ASSIGNMENT | The reply should consist of one number, the count of lines below in which the word "ThreePointArc" appears.

EXCERPTED RECORDS |
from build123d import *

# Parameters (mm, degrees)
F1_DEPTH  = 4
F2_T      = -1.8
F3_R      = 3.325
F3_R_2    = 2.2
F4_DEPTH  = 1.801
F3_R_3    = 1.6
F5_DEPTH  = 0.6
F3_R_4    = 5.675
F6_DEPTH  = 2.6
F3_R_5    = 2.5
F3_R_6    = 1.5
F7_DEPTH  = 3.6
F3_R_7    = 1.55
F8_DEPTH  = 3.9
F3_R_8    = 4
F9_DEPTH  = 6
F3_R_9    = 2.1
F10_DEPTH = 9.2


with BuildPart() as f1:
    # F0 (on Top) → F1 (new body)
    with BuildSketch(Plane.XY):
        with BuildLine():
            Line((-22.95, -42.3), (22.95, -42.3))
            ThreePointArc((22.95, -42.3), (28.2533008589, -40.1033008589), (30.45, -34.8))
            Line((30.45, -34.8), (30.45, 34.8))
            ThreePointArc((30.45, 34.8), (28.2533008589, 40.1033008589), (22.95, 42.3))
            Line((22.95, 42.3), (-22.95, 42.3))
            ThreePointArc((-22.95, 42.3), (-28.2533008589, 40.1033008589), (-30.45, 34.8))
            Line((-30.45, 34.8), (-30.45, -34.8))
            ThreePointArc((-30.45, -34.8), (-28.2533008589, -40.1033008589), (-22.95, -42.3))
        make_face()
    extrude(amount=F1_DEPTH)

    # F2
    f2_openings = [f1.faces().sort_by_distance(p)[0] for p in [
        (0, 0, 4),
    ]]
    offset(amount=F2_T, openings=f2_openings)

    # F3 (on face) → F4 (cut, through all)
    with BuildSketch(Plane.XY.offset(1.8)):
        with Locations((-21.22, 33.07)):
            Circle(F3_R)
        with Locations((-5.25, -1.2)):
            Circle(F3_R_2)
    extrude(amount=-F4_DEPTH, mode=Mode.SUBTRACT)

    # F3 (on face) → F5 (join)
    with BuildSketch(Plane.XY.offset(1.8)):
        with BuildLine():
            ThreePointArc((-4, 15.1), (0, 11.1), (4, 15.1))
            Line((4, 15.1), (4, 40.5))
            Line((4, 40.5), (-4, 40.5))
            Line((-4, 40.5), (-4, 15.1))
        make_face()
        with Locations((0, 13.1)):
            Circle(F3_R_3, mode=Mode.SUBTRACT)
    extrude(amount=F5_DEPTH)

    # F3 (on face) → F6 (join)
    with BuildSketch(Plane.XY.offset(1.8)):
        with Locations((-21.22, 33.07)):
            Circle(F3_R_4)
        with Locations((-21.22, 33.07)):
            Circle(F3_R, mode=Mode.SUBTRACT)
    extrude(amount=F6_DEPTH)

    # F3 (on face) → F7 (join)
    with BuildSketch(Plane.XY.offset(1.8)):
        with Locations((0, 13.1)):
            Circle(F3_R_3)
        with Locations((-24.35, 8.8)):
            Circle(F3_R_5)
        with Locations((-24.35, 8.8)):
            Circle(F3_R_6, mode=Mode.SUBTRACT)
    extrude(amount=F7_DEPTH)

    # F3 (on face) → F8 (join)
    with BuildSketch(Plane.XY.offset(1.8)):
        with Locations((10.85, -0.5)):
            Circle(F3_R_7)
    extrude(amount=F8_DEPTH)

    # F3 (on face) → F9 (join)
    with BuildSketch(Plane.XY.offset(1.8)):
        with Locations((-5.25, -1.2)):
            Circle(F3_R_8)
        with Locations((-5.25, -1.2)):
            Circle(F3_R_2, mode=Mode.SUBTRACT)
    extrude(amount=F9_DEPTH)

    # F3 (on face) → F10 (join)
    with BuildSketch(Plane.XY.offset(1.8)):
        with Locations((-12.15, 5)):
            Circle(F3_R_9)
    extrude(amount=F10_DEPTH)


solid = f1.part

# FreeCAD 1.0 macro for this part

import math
import FreeCAD as App
import Part
import Sketcher
from FreeCAD import Vector
Q = App.Units.Quantity


def faces_at(feature, points):
    """Names of the faces that lie closest to the given points."""
    faces = feature.Shape.Faces
    near = lambda p: min(range(len(faces)), key=lambda i: faces[i].distToShape(Part.Vertex(*p))[0])
    return sorted({f"Face{near(p) + 1}" for p in points})

doc = App.newDocument("Part")
body = doc.addObject("PartDesign::Body", "Body")

# Sketch on XY plane
sketch1 = body.newObject("Sketcher::SketchObject", "Sketch")
sketch1.AttachmentSupport = (doc.getObject("XY_Plane"), [""])
sketch1.MapMode = "FlatFace"
sketch1.addGeometry(Part.LineSegment(Vector(-23, -42, 0), Vector(23, -42, 0)), False)
sketch1.addGeometry(Part.ArcOfCircle(Part.Circle(Vector(23, -35, 0), Vector(0, 0, 1), 8), math.radians(-90), math.radians(0)), False)
sketch1.addGeometry(Part.LineSegment(Vector(30, -35, 0), Vector(30, 35, 0)), False)
sketch1.addGeometry(Part.ArcOfCircle(Part.Circle(Vector(23, 35, 0), Vector(0, 0, 1), 8), math.radians(0), math.radians(90)), False)
sketch1.addGeometry(Part.LineSegment(Vector(23, 42, 0), Vector(-23, 42, 0)), False)
sketch1.addGeometry(Part.ArcOfCircle(Part.Circle(Vector(-23, 35, 0), Vector(0, 0, 1), 8), math.radians(90), math.radians(180)), False)
sketch1.addGeometry(Part.LineSegment(Vector(-30, 35, 0), Vector(-30, -35, 0)), False)
sketch1.addGeometry(Part.ArcOfCircle(Part.Circle(Vector(-23, -35, 0), Vector(0, 0, 1), 8), math.radians(180), math.radians(270)), False)
sketch1.addConstraint(Sketcher.Constraint("Tangent", 0, 2, 1, 1))
sketch1.addConstraint(Sketcher.Constraint("Tangent", 1, 2, 2, 1))
sketch1.addConstraint(Sketcher.Constraint("Tangent", 2, 2, 3, 1))
sketch1.addConstraint(Sketcher.Constraint("Tangent", 3, 2, 4, 1))
sketch1.addConstraint(Sketcher.Constraint("Tangent", 4, 2, 5, 1))
sketch1.addConstraint(Sketcher.Constraint("Tangent", 5, 2, 6, 1))
sketch1.addConstraint(Sketcher.Constraint("Tangent", 6, 2, 7, 1))
sketch1.addConstraint(Sketcher.Constraint("Tangent", 7, 2, 0, 1))
sketch1.addConstraint(Sketcher.Constraint("Horizontal", 0))
sketch1.addConstraint(Sketcher.Constraint("Vertical", 2))
sketch1.addConstraint(Sketcher.Constraint("Horizontal", 4))
sketch1.addConstraint(Sketcher.Constraint("Vertical", 6))
sketch1.addConstraint(Sketcher.Constraint("Equal", 1, 3))
sketch1.addConstraint(Sketcher.Constraint("Equal", 3, 5))
sketch1.addConstraint(Sketcher.Constraint("Equal", 5, 7))
sketch1.addConstraint(Sketcher.Constraint("Symmetric", 1, 3, 5, 3, -1, 1))
sketch1.addConstraint(Sketcher.Constraint("Radius", 1, Q("7.5 mm")))
sketch1.addConstraint(Sketcher.Constraint("DistanceX", 0, 1, 0, 2, Q("45.9 mm")))
sketch1.addConstraint(Sketcher.Constraint("DistanceY", 2, 1, 2, 2, Q("69.6 mm")))
pad1 = body.newObject("PartDesign::Pad", "Pad")
pad1.Profile = sketch1
pad1.Length = 4
doc.recompute()

thickness = body.newObject("PartDesign::Thickness", "Thickness")
thickness.Base = (pad1, faces_at(pad1, [(0, 0, 4)]))
thickness.Value = 1.8
thickness.Reversed = True
thickness.Join = "Arc"

# Sketch on XY plane
sketch2 = body.newObject("Sketcher::SketchObject", "Sketch001")
sketch2.AttachmentSupport = (doc.getObject("XY_Plane"), [""])
sketch2.MapMode = "FlatFace"
sketch2.AttachmentOffset = App.Placement(Vector(0, 0, 1.8), App.Rotation())
sketch2.addGeometry(Part.Circle(Vector(-21.2, 33.1, 0), Vector(0, 0, 1), 3.3), False)
sketch2.addGeometry(Part.Circle(Vector(-5.2, -1.2, 0), Vector(0, 0, 1), 2.2), False)
sketch2.addConstraint(Sketcher.Constraint("Diameter", 1, Q("4.4 mm")))
sketch2.addConstraint(Sketcher.Constraint("Diameter", 0, Q("6.65 mm")))
sketch2.addConstraint(Sketcher.Constraint("DistanceY", 1, 3, -1, 1, Q("1.2 mm")))
sketch2.addConstraint(Sketcher.Constraint("DistanceX", 0, 3, -1, 1, Q("21.22 mm")))
sketch2.addConstraint(Sketcher.Constraint("DistanceY", -1, 1, 0, 3, Q("33.07 mm")))
sketch2.addConstraint(Sketcher.Constraint("DistanceX", 1, 3, -1, 1, Q("5.25 mm")))
pocket1 = body.newObject("PartDesign::Pocket", "Pocket")
pocket1.Profile = sketch2
pocket1.Type = "ThroughAll"

# Sketch on XY plane
sketch3 = body.newObject("Sketcher::SketchObject", "Sketch002")
sketch3.AttachmentSupport = (doc.getObject("XY_Plane"), [""])
sketch3.MapMode = "FlatFace"
sketch3.AttachmentOffset = App.Placement(Vector(0, 0, 1.8), App.Rotation())
sketch3.addGeometry(Part.ArcOfCircle(Part.Circle(Vector(0, 15.1, 0), Vector(0, 0, 1), 4), math.radians(180), math.radians(360)), False)
sketch3.addGeometry(Part.LineSegment(Vector(4, 15.1, 0), Vector(4, 40.5, 0)), False)
sketch3.addGeometry(Part.LineSegment(Vector(4, 40.5, 0), Vector(-4, 40.5, 0)), False)
sketch3.addGeometry(Part.LineSegment(Vector(-4, 40.5, 0), Vector(-4, 15.1, 0)), False)
sketch3.addGeometry(Part.Circle(Vector(0, 13.1, 0), Vector(0, 0, 1), 1.6), False)
sketch3.addConstraint(Sketcher.Constraint("Tangent", 0, 2, 1, 1))
sketch3.addConstraint(Sketcher.Constraint("Coincident", 1, 2, 2, 1))
sketch3.addConstraint(Sketcher.Constraint("Coincident", 2, 2, 3, 1))
sketch3.addConstraint(Sketcher.Constraint("Tangent", 3, 2, 0, 1))
sketch3.addConstraint(Sketcher.Constraint("Vertical", 1))
sketch3.addConstraint(Sketcher.Constraint("Horizontal", 2))
sketch3.addConstraint(Sketcher.Constraint("Vertical", 3))
sketch3.addConstraint(Sketcher.Constraint("PointOnObject", 0, 3, -2))
sketch3.addConstraint(Sketcher.Constraint("PointOnObject", 4, 3, -2))
sketch3.addConstraint(Sketcher.Constraint("Radius", 0, Q("4 mm")))
sketch3.addConstraint(Sketcher.Constraint("Diameter", 4, Q("3.2 mm")))
sketch3.addConstraint(Sketcher.Constraint("DistanceY", 1, 1, 1, 2, Q("25.4 mm")))
sketch3.addConstraint(Sketcher.Constraint("DistanceY", 4, 3, 0, 3, Q("2 mm")))
sketch3.addConstraint(Sketcher.Constraint("DistanceY", -1, 1, 0, 3, Q("15.1 mm")))
pad2 = body.newObject("PartDesign::Pad", "Pad001")
pad2.Profile = sketch3
pad2.Length = 0.6

# Sketch on XY plane
sketch4 = body.newObject("Sketcher::SketchObject", "Sketch003")
sketch4.AttachmentSupport = (doc.getObject("XY_Plane"), [""])
sketch4.MapMode = "FlatFace"
sketch4.AttachmentOffset = App.Placement(Vector(0, 0, 1.8), App.Rotation())
sketch4.addGeometry(Part.Circle(Vector(-21.2, 33.1, 0), Vector(0, 0, 1), 5.7), False)
sketch4.addGeometry(Part.Circle(Vector(-21.2, 33.1, 0), Vector(0, 0, 1), 3.3), False)
sketch4.addConstraint(Sketcher.Constraint("Coincident", 1, 3, 0, 3))
sketch4.addConstraint(Sketcher.Constraint("Diameter", 0, Q("11.35 mm")))
sketch4.addConstraint(Sketcher.Constraint("Diameter", 1, Q("6.65 mm")))
sketch4.addConstraint(Sketcher.Constraint("DistanceX", 0, 3, -1, 1, Q("21.22 mm")))
sketch4.addConstraint(Sketcher.Constraint("DistanceY", -1, 1, 0, 3, Q("33.07 mm")))
pad3 = body.newObject("PartDesign::Pad", "Pad002")
pad3.Profile = sketch4
pad3.Length = 2.6

# Sketch on XY plane
sketch5 = body.newObject("Sketcher::SketchObject", "Sketch004")
sketch5.AttachmentSupport = (doc.getObject("XY_Plane"), [""])
sketch5.MapMode = "FlatFace"
sketch5.AttachmentOffset = App.Placement(Vector(0, 0, 1.8), App.Rotation())
sketch5.addGeometry(Part.Circle(Vector(0, 13.1, 0), Vector(0, 0, 1), 1.6), False)
sketch5.addGeometry(Part.Circle(Vector(-24.4, 8.8, 0), Vector(0, 0, 1), 2.5), False)
sketch5.addGeometry(Part.Circle(Vector(-24.4, 8.8, 0), Vector(0, 0, 1), 1.5), False)
sketch5.addConstraint(Sketcher.Constraint("Coincident", 2, 3, 1, 3))
sketch5.addConstraint(Sketcher.Constraint("PointOnObject", 0, 3, -2))
sketch5.addConstraint(Sketcher.Constraint("Diameter", 1, Q("5 mm")))
sketch5.addConstraint(Sketcher.Constraint("Diameter", 2, Q("3 mm")))
sketch5.addConstraint(Sketcher.Constraint("Diameter", 0, Q("3.2 mm")))
sketch5.addConstraint(Sketcher.Constraint("DistanceY", -1, 1, 0, 3, Q("13.1 mm")))
sketch5.addConstraint(Sketcher.Constraint("DistanceY", -1, 1, 1, 3, Q("8.8 mm")))
sketch5.addConstraint(Sketcher.Constraint("DistanceX", 1, 3, -1, 1, Q("24.35 mm")))
pad4 = body.newObject("PartDesign::Pad", "Pad003")
pad4.Profile = sketch5
pad4.Length = 3.6

# Sketch on XY plane
sketch6 = body.newObject("Sketcher::SketchObject", "Sketch005")
sketch6.AttachmentSupport = (doc.getObject("XY_Plane"), [""])
sketch6.MapMode = "FlatFace"
sketch6.AttachmentOffset = App.Placement(Vector(0, 0, 1.8), App.Rotation())
sketch6.addGeometry(Part.Circle(Vector(10.8, -0.5, 0), Vector(0, 0, 1), 1.6), False)
sketch6.addConstraint(Sketcher.Constraint("Diameter", 0, Q("3.1 mm")))
sketch6.addConstraint(Sketcher.Constraint("DistanceY", 0, 3, -1, 1, Q("0.5 mm")))
sketch6.addConstraint(Sketcher.Constraint("DistanceX", -1, 1, 0, 3, Q("10.85 mm")))
pad5 = body.newObject("PartDesign::Pad", "Pad004")
pad5.Profile = sketch6
pad5.Length = 3.9

# Sketch on XY plane
sketch7 = body.newObject("Sketcher::SketchObject", "Sketch006")
sketch7.AttachmentSupport = (doc.getObject("XY_Plane"), [""])
sketch7.MapMode = "FlatFace"
sketch7.AttachmentOffset = App.Placement(Vector(0, 0, 1.8), App.Rotation())
sketch7.addGeometry(Part.Circle(Vector(-5.2, -1.2, 0), Vector(0, 0, 1), 4), False)
sketch7.addGeometry(Part.Circle(Vector(-5.2, -1.2, 0), Vector(0, 0, 1), 2.2), False)
sketch7.addConstraint(Sketcher.Constraint("Coincident", 1, 3, 0, 3))
sketch7.addConstraint(Sketcher.Constraint("Diameter", 0, Q("8 mm")))
sketch7.addConstraint(Sketcher.Constraint("Diameter", 1, Q("4.4 mm")))
sketch7.addConstraint(Sketcher.Constraint("DistanceY", 0, 3, -1, 1, Q("1.2 mm")))
sketch7.addConstraint(Sketcher.Constraint("DistanceX", 0, 3, -1, 1, Q("5.25 mm")))
pad6 = body.newObject("PartDesign::Pad", "Pad005")
pad6.Profile = sketch7
pad6.Length = 6

# Sketch on XY plane
sketch8 = body.newObject("Sketcher::SketchObject", "Sketch007")
sketch8.AttachmentSupport = (doc.getObject("XY_Plane"), [""])
sketch8.MapMode = "FlatFace"
sketch8.AttachmentOffset = App.Placement(Vector(0, 0, 1.8), App.Rotation())
sketch8.addGeometry(Part.Circle(Vector(-12.2, 5, 0), Vector(0, 0, 1), 2.1), False)
sketch8.addConstraint(Sketcher.Constraint("Diameter", 0, Q("4.2 mm")))
sketch8.addConstraint(Sketcher.Constraint("DistanceY", -1, 1, 0, 3, Q("5 mm")))
sketch8.addConstraint(Sketcher.Constraint("DistanceX", 0, 3, -1, 1, Q("12.15 mm")))
pad7 = body.newObject("PartDesign::Pad", "Pad006")
pad7.Profile = sketch8
pad7.Length = 9.2

doc.recompute()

TASK ANSWER | 5